Swift is designed to be mostly filesystem agnostic--the only requirement being that the filesystem supports extended attributes (xattrs). After thorough testing with our use cases and hardware configurations, XFS was the best all-around choice. If you decide to use a filesystem other than XFS, we highly recommend thorough testing.

If you are using XFS, some settings that can dramatically impact performance. We recommend the following when creating the XFS partition:

mkfs.xfs -i size=1024 -f /dev/sda1

Setting the inode size is important, as XFS stores xattr data in the inode. If the metadata is too large to fit in the inode, a new extent is created, which can cause quite a performance problem. Upping the inode size to 1024 bytes provides enough room to write the default metadata, plus a little headroom. We do not recommend running Swift on RAID, but if you are using RAID it is also important to make sure that the proper sunit and swidth settings get set so that XFS can make most efficient use of the RAID array.

We also recommend the following example mount options when using XFS:

mount -t xfs -o noatime,nodiratime,nobarrier,logbufs=8 /dev/sda1 /srv/node/sda

For a standard swift install, all data drives are mounted directly under /srv/node (as can be seen in the above example of mounting /def/sda1 as /srv/node/sda). If you choose to mount the drives in another directory, be sure to set the devices config option in all of the server configs to point to the correct directory.

General System Tuning

Rackspace currently runs Swift on Ubuntu Server 10.04, and the following changes have been found to be useful for our use cases.

The following settings should be in `/etc/sysctl.conf`:

# disable TIME_WAIT.. wait..
net.ipv4.tcp_tw_recycle=1
net.ipv4.tcp_tw_reuse=1

# disable syn cookies
net.ipv4.tcp_syncookies = 0

# double amount of allowed conntrack
net.ipv4.netfilter.ip_conntrack_max = 262144

To load the updated sysctl settings, run sudo sysctl -p

A note about changing the TIME_WAIT values.
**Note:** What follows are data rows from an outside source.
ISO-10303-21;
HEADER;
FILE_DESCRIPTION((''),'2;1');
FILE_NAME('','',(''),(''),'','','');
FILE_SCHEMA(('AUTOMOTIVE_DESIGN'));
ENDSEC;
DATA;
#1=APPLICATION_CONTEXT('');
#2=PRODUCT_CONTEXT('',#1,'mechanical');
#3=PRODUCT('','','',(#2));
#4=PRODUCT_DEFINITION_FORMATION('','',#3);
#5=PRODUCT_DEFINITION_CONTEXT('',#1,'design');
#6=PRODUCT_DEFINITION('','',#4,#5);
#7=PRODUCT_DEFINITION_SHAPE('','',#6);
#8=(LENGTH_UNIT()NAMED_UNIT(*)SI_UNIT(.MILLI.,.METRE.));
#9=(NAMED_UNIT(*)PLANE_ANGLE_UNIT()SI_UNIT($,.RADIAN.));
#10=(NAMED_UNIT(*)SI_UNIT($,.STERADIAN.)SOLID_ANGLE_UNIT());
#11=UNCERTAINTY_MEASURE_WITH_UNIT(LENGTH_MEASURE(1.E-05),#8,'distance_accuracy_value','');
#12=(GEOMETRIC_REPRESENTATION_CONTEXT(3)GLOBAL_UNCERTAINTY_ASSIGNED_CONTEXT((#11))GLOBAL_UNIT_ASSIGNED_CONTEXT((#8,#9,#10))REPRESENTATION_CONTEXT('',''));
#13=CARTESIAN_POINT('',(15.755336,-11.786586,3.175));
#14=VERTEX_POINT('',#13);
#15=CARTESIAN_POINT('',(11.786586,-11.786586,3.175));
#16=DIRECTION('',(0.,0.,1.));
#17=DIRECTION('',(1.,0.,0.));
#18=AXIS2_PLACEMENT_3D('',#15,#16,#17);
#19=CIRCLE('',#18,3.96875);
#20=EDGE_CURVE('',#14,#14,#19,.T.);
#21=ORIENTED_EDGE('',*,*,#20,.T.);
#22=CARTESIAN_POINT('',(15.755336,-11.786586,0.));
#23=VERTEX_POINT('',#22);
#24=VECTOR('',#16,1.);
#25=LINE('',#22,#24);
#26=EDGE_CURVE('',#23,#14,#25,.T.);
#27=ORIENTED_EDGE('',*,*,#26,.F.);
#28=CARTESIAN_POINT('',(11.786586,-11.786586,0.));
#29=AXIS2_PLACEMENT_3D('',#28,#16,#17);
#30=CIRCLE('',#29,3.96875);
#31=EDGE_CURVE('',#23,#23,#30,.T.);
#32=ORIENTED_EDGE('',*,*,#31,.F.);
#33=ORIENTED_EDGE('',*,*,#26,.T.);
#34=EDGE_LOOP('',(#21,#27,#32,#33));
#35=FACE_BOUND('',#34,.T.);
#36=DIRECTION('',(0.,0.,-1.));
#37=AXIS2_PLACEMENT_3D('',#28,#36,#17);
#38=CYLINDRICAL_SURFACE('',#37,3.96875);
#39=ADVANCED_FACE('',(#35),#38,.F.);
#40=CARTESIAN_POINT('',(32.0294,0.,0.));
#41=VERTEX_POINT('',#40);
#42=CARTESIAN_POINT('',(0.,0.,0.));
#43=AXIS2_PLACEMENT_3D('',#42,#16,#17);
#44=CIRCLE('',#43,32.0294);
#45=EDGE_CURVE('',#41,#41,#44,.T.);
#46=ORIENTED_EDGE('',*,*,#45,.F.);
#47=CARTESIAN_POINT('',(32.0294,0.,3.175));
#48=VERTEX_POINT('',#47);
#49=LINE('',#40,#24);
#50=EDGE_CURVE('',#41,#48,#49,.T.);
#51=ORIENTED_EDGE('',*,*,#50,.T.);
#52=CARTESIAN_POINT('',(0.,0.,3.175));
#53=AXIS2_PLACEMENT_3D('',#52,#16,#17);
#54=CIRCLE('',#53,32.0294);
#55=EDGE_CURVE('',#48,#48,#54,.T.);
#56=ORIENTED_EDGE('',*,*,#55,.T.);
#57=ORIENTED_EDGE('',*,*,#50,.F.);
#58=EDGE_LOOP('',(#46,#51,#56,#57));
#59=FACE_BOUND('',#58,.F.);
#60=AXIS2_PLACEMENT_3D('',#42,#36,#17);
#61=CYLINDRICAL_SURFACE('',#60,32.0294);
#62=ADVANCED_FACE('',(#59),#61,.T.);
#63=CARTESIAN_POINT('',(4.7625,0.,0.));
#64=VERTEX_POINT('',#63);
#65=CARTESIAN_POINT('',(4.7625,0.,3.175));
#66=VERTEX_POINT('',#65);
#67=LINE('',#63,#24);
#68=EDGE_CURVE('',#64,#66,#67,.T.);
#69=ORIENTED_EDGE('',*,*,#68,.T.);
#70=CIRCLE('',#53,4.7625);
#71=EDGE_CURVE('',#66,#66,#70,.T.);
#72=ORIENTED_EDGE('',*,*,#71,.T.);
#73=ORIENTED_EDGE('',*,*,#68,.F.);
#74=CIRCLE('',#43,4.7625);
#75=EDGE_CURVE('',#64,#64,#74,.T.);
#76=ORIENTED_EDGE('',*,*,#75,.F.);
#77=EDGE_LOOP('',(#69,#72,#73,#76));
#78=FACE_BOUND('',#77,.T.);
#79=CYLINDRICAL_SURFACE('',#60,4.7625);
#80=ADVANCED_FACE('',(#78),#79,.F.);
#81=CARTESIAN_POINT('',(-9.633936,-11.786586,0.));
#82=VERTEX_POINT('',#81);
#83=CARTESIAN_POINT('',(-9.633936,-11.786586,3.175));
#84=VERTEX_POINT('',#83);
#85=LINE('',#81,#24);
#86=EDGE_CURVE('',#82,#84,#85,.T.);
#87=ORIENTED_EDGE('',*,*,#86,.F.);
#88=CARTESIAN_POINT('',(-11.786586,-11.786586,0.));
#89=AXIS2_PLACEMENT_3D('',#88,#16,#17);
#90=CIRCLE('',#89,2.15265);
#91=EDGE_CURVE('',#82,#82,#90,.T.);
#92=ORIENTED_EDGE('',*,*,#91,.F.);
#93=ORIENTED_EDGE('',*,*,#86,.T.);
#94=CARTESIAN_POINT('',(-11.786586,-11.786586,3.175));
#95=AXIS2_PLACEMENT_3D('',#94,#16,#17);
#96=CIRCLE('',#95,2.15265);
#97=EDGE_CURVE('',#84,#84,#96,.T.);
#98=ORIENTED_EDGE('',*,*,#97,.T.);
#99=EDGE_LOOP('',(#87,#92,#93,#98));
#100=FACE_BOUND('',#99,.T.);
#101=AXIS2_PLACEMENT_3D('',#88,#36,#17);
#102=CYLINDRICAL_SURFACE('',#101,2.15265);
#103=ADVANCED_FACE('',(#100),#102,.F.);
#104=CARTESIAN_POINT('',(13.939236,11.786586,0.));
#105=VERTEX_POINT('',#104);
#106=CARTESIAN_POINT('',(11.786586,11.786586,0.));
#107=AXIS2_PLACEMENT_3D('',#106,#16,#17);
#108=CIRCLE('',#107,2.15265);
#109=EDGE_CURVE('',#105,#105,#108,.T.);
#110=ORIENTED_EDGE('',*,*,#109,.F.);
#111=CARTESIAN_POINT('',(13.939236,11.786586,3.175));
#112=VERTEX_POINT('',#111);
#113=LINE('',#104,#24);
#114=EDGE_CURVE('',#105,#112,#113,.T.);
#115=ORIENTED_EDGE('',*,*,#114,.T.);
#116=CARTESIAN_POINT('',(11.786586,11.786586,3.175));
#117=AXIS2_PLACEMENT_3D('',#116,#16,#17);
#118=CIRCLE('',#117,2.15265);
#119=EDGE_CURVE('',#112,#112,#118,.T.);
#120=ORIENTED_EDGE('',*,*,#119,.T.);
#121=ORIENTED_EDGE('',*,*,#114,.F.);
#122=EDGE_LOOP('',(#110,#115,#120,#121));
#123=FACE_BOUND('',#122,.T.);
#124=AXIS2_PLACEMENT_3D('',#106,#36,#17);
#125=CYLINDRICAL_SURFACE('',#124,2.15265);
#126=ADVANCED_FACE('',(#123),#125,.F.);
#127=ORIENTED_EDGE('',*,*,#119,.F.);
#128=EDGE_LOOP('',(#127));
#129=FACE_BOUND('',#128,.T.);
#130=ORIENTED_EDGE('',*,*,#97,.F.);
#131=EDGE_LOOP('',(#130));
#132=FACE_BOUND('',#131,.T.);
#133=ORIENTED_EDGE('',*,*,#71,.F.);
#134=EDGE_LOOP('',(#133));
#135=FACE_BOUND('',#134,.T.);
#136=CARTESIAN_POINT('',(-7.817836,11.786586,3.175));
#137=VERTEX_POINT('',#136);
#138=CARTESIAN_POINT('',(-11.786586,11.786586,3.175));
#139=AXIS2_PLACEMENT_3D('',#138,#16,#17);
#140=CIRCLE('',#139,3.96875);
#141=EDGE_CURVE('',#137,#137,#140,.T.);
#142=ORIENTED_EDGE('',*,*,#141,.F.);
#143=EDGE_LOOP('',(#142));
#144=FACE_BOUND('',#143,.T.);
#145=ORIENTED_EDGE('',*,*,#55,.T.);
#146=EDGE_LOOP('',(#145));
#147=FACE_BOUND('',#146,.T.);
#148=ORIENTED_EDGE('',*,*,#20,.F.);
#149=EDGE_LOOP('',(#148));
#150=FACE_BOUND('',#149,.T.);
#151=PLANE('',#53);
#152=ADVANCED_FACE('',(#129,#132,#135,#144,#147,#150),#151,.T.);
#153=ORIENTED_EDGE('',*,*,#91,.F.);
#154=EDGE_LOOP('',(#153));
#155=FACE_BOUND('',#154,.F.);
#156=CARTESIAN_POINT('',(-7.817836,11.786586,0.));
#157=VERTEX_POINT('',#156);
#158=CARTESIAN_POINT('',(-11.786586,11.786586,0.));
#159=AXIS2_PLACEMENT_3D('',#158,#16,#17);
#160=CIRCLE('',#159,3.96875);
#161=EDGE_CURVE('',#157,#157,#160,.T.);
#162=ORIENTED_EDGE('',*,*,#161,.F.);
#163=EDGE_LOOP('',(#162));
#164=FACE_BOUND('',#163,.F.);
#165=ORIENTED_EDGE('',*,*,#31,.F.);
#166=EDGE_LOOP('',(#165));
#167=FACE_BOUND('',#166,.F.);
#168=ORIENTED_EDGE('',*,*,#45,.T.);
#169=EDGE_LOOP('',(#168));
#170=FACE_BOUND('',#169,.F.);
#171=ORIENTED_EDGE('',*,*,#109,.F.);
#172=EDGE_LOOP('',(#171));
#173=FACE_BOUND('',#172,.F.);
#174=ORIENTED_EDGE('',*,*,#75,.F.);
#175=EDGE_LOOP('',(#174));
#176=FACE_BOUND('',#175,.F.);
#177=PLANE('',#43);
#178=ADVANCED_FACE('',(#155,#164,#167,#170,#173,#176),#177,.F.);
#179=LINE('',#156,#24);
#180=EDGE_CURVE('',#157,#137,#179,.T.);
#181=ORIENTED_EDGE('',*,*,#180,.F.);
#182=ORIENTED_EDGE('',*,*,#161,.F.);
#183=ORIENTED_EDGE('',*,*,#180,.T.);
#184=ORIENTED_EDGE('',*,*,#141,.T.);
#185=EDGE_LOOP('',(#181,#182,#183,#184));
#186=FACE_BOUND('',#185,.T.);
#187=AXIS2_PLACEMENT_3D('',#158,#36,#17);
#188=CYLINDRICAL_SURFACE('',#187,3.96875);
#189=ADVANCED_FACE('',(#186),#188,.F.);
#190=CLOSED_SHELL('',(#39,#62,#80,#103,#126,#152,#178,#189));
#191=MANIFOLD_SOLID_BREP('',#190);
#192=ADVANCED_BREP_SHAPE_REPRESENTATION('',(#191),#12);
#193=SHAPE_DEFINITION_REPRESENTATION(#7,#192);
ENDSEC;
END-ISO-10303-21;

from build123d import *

# Parameters (mm, degrees)
F0_R     = 32.0294
F0_R_2   = 2.15265
F0_R_3   = 3.96875
F0_R_4   = 4.7625
F1_DEPTH = 3.175


with BuildPart() as f1:
    # F0 (on Top) → F1 (new body)
    with BuildSketch(Plane.XY):
        Circle(F0_R)
        with Locations((-11.786586, -11.786586)):
            Circle(F0_R_2, mode=Mode.SUBTRACT)
        with Locations((11.786586, -11.786586)):
            Circle(F0_R_3, mode=Mode.SUBTRACT)
        with Locations((-11.786586, 11.786586)):
            Circle(F0_R_3, mode=Mode.SUBTRACT)
        Circle(F0_R_4, mode=Mode.SUBTRACT)
        with Locations((11.786586, 11.786586)):
            Circle(F0_R_2, mode=Mode.SUBTRACT)
    extrude(amount=F1_DEPTH)


solid = f1.part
By default the OS will hold a port open for 60 seconds to ensure that any remaining packets can be received. During high usage, and with the number of connections that are created, it is easy to run out of ports. We can change this since we are in control of the network. If you are not in control of the network, or do not expect high loads, then you may not want to adjust those values.

Logging Considerations

Swift is set up to log directly to syslog. Every service can be configured with the log_facility option to set the syslog log facility destination. We recommended using syslog-ng to route the logs to specific log files locally on the server and also to remote log collecting servers.